Emissionsminderungen sind teilweise nur krisenbedingt
Die Zielverfehlung im Gebäudesektor wäre ohne verschiedene für die Emissionsentwicklung günstige Effekte – wie die milde Witterung und Einsparungen durch geändertes Heizverhalten – noch deutlich größer ausgefallen. Im Verkehrssektor ist zudem die notwendige Trendwende weiterhin nicht zu beobachten, die Emissionsentwicklung blieb auf gleichbleibend hohem Niveau.

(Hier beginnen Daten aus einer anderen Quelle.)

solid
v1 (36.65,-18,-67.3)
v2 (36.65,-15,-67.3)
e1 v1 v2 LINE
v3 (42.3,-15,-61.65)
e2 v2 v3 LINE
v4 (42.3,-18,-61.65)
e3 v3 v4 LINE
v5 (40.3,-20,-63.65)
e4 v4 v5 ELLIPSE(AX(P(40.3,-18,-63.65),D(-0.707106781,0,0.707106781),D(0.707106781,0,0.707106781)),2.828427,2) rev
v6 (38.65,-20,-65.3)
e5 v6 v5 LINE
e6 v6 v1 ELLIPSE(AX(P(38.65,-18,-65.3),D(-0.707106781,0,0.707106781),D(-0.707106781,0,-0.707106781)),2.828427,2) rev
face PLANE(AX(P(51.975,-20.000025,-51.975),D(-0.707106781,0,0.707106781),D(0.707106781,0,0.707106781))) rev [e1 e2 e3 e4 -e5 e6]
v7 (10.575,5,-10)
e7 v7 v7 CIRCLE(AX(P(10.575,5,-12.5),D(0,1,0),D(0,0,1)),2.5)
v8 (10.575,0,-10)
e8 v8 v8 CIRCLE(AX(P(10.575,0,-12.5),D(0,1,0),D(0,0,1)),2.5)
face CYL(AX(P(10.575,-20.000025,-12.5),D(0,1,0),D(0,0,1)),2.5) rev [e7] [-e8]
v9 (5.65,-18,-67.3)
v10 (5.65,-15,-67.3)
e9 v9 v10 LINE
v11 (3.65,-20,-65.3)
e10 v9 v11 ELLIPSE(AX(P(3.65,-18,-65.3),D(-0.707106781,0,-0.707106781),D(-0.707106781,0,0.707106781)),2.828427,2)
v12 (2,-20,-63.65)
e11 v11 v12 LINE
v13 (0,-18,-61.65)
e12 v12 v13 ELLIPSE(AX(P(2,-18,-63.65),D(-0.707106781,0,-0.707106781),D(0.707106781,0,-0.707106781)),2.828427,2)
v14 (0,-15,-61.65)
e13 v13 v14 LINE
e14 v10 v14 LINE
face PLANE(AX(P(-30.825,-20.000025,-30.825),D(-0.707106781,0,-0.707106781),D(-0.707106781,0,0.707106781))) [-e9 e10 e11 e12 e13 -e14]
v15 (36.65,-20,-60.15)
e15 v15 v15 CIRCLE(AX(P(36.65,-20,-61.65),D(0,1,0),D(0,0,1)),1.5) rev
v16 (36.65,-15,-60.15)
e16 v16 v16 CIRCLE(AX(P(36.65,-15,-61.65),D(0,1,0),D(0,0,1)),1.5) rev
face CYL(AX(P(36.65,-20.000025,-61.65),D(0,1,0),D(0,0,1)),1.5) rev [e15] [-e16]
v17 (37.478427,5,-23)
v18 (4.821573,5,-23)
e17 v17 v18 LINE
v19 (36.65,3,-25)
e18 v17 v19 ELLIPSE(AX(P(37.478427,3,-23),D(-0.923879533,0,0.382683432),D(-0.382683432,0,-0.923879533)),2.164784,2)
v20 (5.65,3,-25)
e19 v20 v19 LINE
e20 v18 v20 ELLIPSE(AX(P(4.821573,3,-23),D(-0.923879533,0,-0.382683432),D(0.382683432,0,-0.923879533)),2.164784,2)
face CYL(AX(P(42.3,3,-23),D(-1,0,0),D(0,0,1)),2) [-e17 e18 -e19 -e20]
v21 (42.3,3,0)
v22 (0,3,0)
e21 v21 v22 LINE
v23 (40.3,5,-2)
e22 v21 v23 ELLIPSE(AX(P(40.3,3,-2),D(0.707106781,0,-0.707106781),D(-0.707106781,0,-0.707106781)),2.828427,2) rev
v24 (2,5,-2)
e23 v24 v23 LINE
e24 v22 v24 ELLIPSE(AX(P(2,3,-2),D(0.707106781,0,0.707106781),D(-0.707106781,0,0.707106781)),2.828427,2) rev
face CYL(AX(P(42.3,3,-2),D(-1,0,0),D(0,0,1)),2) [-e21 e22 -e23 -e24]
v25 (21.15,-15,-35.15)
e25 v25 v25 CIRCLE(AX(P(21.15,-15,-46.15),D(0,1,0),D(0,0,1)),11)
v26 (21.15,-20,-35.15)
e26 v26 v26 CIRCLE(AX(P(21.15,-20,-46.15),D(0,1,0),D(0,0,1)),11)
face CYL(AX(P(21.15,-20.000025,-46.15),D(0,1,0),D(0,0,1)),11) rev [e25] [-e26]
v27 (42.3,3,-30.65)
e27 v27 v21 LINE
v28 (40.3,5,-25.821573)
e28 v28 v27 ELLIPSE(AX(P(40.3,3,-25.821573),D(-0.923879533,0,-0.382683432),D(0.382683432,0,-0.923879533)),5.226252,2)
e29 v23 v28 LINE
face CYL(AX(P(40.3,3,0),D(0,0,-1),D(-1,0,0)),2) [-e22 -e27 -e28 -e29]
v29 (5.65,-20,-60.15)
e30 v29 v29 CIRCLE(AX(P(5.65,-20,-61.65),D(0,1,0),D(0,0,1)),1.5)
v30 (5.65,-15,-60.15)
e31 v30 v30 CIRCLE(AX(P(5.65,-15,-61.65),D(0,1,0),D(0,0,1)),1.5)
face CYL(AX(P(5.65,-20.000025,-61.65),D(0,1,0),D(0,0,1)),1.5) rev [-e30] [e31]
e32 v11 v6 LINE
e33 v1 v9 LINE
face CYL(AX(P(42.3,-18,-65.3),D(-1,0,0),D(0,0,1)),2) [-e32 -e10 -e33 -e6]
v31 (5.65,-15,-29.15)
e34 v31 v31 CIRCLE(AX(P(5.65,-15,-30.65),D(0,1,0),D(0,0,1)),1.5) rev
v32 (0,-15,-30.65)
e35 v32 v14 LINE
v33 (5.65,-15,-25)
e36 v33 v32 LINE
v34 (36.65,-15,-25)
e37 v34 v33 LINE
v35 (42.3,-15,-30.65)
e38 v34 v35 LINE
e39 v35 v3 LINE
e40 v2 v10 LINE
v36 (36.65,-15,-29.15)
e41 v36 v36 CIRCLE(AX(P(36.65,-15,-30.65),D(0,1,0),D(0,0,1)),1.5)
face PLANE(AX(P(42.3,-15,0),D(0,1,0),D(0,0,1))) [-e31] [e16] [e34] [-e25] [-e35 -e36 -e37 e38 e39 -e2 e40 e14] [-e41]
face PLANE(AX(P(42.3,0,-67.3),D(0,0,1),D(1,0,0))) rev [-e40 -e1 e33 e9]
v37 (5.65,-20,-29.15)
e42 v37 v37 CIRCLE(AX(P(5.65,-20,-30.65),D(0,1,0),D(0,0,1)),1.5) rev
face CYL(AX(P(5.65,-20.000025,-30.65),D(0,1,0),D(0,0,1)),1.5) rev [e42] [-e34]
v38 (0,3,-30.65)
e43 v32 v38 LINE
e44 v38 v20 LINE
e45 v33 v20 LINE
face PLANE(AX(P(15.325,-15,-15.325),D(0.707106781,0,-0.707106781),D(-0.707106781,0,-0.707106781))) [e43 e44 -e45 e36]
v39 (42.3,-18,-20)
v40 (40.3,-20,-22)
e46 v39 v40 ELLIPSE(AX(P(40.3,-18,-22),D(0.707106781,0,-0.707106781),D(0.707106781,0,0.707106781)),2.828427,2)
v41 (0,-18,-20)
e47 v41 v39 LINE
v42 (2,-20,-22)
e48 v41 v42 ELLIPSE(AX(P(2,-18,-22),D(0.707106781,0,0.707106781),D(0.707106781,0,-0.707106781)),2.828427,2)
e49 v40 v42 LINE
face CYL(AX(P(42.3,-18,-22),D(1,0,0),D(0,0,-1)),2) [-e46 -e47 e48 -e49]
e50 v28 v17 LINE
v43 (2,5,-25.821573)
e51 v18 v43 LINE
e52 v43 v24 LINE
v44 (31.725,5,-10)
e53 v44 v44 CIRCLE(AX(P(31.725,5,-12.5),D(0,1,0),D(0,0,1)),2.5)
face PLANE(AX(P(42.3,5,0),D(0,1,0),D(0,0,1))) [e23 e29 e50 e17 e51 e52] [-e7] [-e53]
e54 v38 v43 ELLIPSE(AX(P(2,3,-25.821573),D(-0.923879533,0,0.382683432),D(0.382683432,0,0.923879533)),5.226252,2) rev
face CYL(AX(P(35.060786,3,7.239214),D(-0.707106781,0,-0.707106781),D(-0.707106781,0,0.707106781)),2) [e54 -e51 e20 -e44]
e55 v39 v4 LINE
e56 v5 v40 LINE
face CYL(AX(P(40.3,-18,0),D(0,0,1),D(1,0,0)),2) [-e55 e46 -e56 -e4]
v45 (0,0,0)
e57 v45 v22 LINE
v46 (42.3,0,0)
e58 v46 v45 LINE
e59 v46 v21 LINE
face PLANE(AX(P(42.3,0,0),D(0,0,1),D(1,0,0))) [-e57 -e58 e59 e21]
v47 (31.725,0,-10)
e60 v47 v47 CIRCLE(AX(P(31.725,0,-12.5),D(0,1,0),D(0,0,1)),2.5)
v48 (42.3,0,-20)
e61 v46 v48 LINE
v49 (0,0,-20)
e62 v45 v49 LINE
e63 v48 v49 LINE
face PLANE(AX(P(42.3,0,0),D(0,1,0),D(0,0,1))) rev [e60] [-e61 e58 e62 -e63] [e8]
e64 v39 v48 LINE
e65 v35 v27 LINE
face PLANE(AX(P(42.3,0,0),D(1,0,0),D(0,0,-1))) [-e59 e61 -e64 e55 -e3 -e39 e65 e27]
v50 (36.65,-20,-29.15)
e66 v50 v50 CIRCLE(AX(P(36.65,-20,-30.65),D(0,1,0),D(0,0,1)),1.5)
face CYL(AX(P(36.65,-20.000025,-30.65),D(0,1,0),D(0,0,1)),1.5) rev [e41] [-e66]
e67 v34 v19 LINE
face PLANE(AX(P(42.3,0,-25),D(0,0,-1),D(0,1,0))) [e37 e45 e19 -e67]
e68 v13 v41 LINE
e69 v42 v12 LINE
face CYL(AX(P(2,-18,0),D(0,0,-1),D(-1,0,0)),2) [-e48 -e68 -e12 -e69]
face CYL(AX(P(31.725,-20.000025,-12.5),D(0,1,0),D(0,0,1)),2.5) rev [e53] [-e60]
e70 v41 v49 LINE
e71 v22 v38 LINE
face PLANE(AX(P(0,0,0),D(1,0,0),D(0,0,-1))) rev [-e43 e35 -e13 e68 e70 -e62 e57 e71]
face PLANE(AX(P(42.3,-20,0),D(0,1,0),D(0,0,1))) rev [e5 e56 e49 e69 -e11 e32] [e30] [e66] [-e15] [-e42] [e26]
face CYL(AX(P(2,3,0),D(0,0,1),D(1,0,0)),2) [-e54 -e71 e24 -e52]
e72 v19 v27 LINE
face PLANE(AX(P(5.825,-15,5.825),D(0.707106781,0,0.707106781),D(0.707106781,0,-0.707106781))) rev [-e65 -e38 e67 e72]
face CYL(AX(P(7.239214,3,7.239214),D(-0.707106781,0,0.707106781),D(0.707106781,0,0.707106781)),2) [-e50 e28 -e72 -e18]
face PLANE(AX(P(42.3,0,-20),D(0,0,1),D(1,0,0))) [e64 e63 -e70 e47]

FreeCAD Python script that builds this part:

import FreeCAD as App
import Part
import Sketcher
from FreeCAD import Vector


def edges_at(feature, points):
    """Names of the edges that pass closest to the given points."""
    edges = feature.Shape.Edges
    near = lambda p: min(range(len(edges)), key=lambda i: edges[i].distToShape(Part.Vertex(*p))[0])
    return sorted({f"Edge{near(p) + 1}" for p in points})

doc = App.newDocument("Part")
params = doc.addObject("Spreadsheet::Sheet", "Params")
for row, (alias, value) in enumerate([
    ("sketch1_width", "5 mm"),
    ("sketch1_width2", "20 mm"),
    ("sketch1_height", "25 mm"),
    ("sketch1_height2", "47.3 mm"),
    ("pad1_length", "42.3 mm"),
    ("sketch2_diameter", "22 mm"),
    ("sketch2_diameter2", "3 mm"),
    ("sketch2_diameter3", "5 mm"),
    ("sketch2_width", "5.65 mm"),
    ("sketch3_width", "5.65 mm"),
    ("pad2_length", "20 mm"),
    ("fillet_radius", "2 mm"),
], start=1):
    params.set(f"A{row}", alias)
    params.set(f"B{row}", "=" + value)
    params.setAlias(f"B{row}", alias)

body = doc.addObject("PartDesign::Body", "Body")

sketch1 = doc.addObject("Sketcher::SketchObject", "Sketch")
body.addObject(sketch1)
sketch1.AttachmentSupport = (doc.YZ_Plane, [""])
sketch1.MapMode = "FlatFace"
sketch1.addGeometry(Part.LineSegment(Vector(5, 0, 0), Vector(0, 0, 0)), False)
sketch1.addGeometry(Part.LineSegment(Vector(0, 0, 0), Vector(0, -20, 0)), False)
sketch1.addGeometry(Part.LineSegment(Vector(0, -20, 0), Vector(-20, -20, 0)), False)
sketch1.addGeometry(Part.LineSegment(Vector(-20, -20, 0), Vector(-20, -67, 0)), False)
sketch1.addGeometry(Part.LineSegment(Vector(-20, -67, 0), Vector(-15, -67, 0)), False)
sketch1.addGeometry(Part.LineSegment(Vector(-15, -67, 0), Vector(-15, -25, 0)), False)
sketch1.addGeometry(Part.LineSegment(Vector(-15, -25, 0), Vector(5, -25, 0)), False)
sketch1.addGeometry(Part.LineSegment(Vector(5, -25, 0), Vector(5, 0, 0)), False)
sketch1.addConstraint(Sketcher.Constraint("Coincident", 0, 2, 1, 1))
sketch1.addConstraint(Sketcher.Constraint("Coincident", 1, 2, 2, 1))
sketch1.addConstraint(Sketcher.Constraint("Coincident", 2, 2, 3, 1))
sketch1.addConstraint(Sketcher.Constraint("Coincident", 3, 2, 4, 1))
sketch1.addConstraint(Sketcher.Constraint("Coincident", 4, 2, 5, 1))
sketch1.addConstraint(Sketcher.Constraint("Coincident", 5, 2, 6, 1))
sketch1.addConstraint(Sketcher.Constraint("Coincident", 6, 2, 7, 1))
sketch1.addConstraint(Sketcher.Constraint("Coincident", 7, 2, 0, 1))
sketch1.addConstraint(Sketcher.Constraint("Horizontal", 0))
sketch1.addConstraint(Sketcher.Constraint("Vertical", 1))
sketch1.addConstraint(Sketcher.Constraint("Horizontal", 2))
sketch1.addConstraint(Sketcher.Constraint("Vertical", 3))
sketch1.addConstraint(Sketcher.Constraint("Horizontal", 4))
sketch1.addConstraint(Sketcher.Constraint("Vertical", 5))
sketch1.addConstraint(Sketcher.Constraint("Horizontal", 6))
sketch1.addConstraint(Sketcher.Constraint("Vertical", 7))
sketch1.addConstraint(Sketcher.Constraint("Coincident", 0, 2, -1, 1))
sketch1.addConstraint(Sketcher.Constraint("Equal", 0, 4))
sketch1.addConstraint(Sketcher.Constraint("Equal", 6, 1))
sketch1.addConstraint(Sketcher.Constraint("DistanceX", 0, 2, 0, 1, 5.0))
sketch1.addConstraint(Sketcher.Constraint("DistanceX", 2, 2, 2, 1, 20.0))
sketch1.addConstraint(Sketcher.Constraint("DistanceY", 7, 1, 7, 2, 25.0))
sketch1.addConstraint(Sketcher.Constraint("DistanceY", 3, 2, 3, 1, 47.3))
sketch1.setExpression("Constraints[19]", "Params.sketch1_width")
sketch1.setExpression("Constraints[20]", "Params.sketch1_width2")
sketch1.setExpression("Constraints[21]", "Params.sketch1_height")
sketch1.setExpression("Constraints[22]", "Params.sketch1_height2")
pad1 = doc.addObject("PartDesign::Pad", "Pad")
body.addObject(pad1)
pad1.Profile = sketch1
pad1.setExpression("Length", "Params.pad1_length")

sketch2 = doc.addObject("Sketcher::SketchObject", "Sketch001")
body.addObject(sketch2)
sketch2.AttachmentSupport = (doc.XZ_Plane, [""])
sketch2.MapMode = "FlatFace"
sketch2.AttachmentOffset = App.Placement(Vector(0, 0, -5), App.Rotation())
sketch2.addGeometry(Part.LineSegment(Vector(0, -61.6, 0), Vector(5.7, -67.3, 0)), False)
sketch2.addGeometry(Part.LineSegment(Vector(5.7, -67.3, 0), Vector(0, -67.3, 0)), False)
sketch2.addGeometry(Part.LineSegment(Vector(0, -67.3, 0), Vector(0, -61.6, 0)), False)
sketch2.addGeometry(Part.LineSegment(Vector(42.3, -67.3, 0), Vector(36.6, -67.3, 0)), False)
sketch2.addGeometry(Part.LineSegment(Vector(36.6, -67.3, 0), Vector(42.3, -61.6, 0)), False)
sketch2.addGeometry(Part.LineSegment(Vector(42.3, -61.6, 0), Vector(42.3, -67.3, 0)), False)
sketch2.addGeometry(Part.Circle(Vector(21.1, -46.1, 0), Vector(0, 0, 1), 11), False)
sketch2.addGeometry(Part.Circle(Vector(5.7, -61.6, 0), Vector(0, 0, 1), 1.5), False)
sketch2.addGeometry(Part.Circle(Vector(36.6, -61.6, 0), Vector(0, 0, 1), 1.5), False)
sketch2.addGeometry(Part.Circle(Vector(5.7, -30.6, 0), Vector(0, 0, 1), 1.5), False)
sketch2.addGeometry(Part.Circle(Vector(36.6, -30.6, 0), Vector(0, 0, 1), 1.5), False)
sketch2.addGeometry(Part.Circle(Vector(10.6, -12.5, 0), Vector(0, 0, 1), 2.5), False)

Ohne das in Folge des Krieges in der Ukraine geringer als erwartet ausgefallene Wachstum der Wirtschaftsleistung hätten nach einer Überschlagsrechnung die Treibhausgasemissionen um rund 9 Mio. tCO2e höher gelegen. „Das Emissionsgeschehen im Jahr 2022 war stark von der Energiepreiskrise geprägt. Insbesondere ist die deutliche Zielunterschreitung im Industriesektor im Wesentlichen auf energiepreisbedingte Produktionsrückgänge in der energieintensiven Industrie zurückzuführen und könnte deshalb von temporärer Natur sein“, ordnet Ratsmitglied Barbara Schlomann die Entwicklung ein und führt fort: „Zudem wäre letztes Jahr mit dem Wissen von heute und den aktualisierten Daten aus dem Inventarbericht ein Sofortprogramm auch für den Sektor Industrie notwendig gewesen.“
Die Energiewirtschaft hat zwar das Sektorziel im Jahr 2022 knapp unterschritten, gegenüber dem Vorjahr sind die THG-Emissionen allerdings um ca. 11 Mio. tCO2e gestiegen. „Es zeigt sich, dass es bei allen Sektoren knapp wird mit der Zielerreichung. Das bedeutet übrigens auch, dass nur wenig Spielraum besteht, zwischen den Sektoren so auszugleichen, dass das Gesamtziel in Zukunft erreicht wird“, mahnt Schlomann.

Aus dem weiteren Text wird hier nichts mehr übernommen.